You can see probabilistic pca approaching pca as the conditional variance term goes to 0.

One frame for this is as projection onto the subspace defined by the weight matrix. The conditional value of the latent variables given the input is the projection of the input onto the learned weight space. Which does make sense.

Independent Component Anaysis

Herault and Ans, 1984
Jutten and Herault, 1991
Comon, 1994
Hyvarinen, 1999
Hyvarinen et al, 2001a
Hinton et al., 2001
Teh et al., 2003

Ah, ICA looks to not merely be linearly independent (decorrelated) but non-linearly independent. Mutual information style.

The claim is that ICA is used to disntangle low level signals (for example, multiple speakers in a room, whose voices are conflated in a single audio channel) rather than learning abstract, higher level structure in the data.
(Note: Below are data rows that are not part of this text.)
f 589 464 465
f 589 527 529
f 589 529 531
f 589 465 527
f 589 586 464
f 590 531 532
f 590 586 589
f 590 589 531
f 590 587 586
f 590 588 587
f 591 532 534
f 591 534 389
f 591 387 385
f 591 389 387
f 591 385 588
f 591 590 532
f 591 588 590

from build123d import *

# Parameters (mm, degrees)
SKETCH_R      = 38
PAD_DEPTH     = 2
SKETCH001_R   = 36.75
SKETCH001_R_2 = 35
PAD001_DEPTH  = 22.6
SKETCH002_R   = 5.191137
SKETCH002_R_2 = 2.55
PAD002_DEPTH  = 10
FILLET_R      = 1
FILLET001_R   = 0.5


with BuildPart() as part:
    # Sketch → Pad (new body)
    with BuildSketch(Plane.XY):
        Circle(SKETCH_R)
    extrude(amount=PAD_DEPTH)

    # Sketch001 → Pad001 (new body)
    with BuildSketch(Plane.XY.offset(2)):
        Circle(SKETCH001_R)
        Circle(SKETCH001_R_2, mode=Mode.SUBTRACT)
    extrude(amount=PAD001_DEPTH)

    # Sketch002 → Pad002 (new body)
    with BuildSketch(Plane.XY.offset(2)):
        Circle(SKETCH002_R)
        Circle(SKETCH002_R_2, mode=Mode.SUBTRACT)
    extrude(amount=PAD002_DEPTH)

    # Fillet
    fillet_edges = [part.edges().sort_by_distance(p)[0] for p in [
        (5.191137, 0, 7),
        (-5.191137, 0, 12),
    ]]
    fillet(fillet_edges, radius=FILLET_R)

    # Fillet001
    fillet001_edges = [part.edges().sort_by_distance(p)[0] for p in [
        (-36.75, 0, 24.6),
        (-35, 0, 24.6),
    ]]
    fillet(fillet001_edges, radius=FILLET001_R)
ICA disentangles neural signals in an EEG machine, for example.

ICA often requires that the distribution that the latent factors are sampled from (p(h)) is not gaussian - otherwise the weight matrix won’t be identifiable (there will be multiple matricies that satisfy the same data)

A version of ICA learns groups of features that are encouraged to interact with one another and not interact with other groups. It’s called topographical ICA and learns gabor filters when trained over image data.

How does ICA learn gabor filters? Are the feature maps set up like convolution?

Slow Feature Analysis

An attempt to use temporal structure to learn abstraction, where the features that are maintained across time (say, whether there’s a zebra in a frame of a video) are more general than features that change quickly (say, the pixel values as the zebra moves over them).

You can make slow feature analysis nonlinear by applying a basis transformation. And it’s actually an extremely understandable learning process, where the learned representation can be theoretically predicted and then is recovered in practice.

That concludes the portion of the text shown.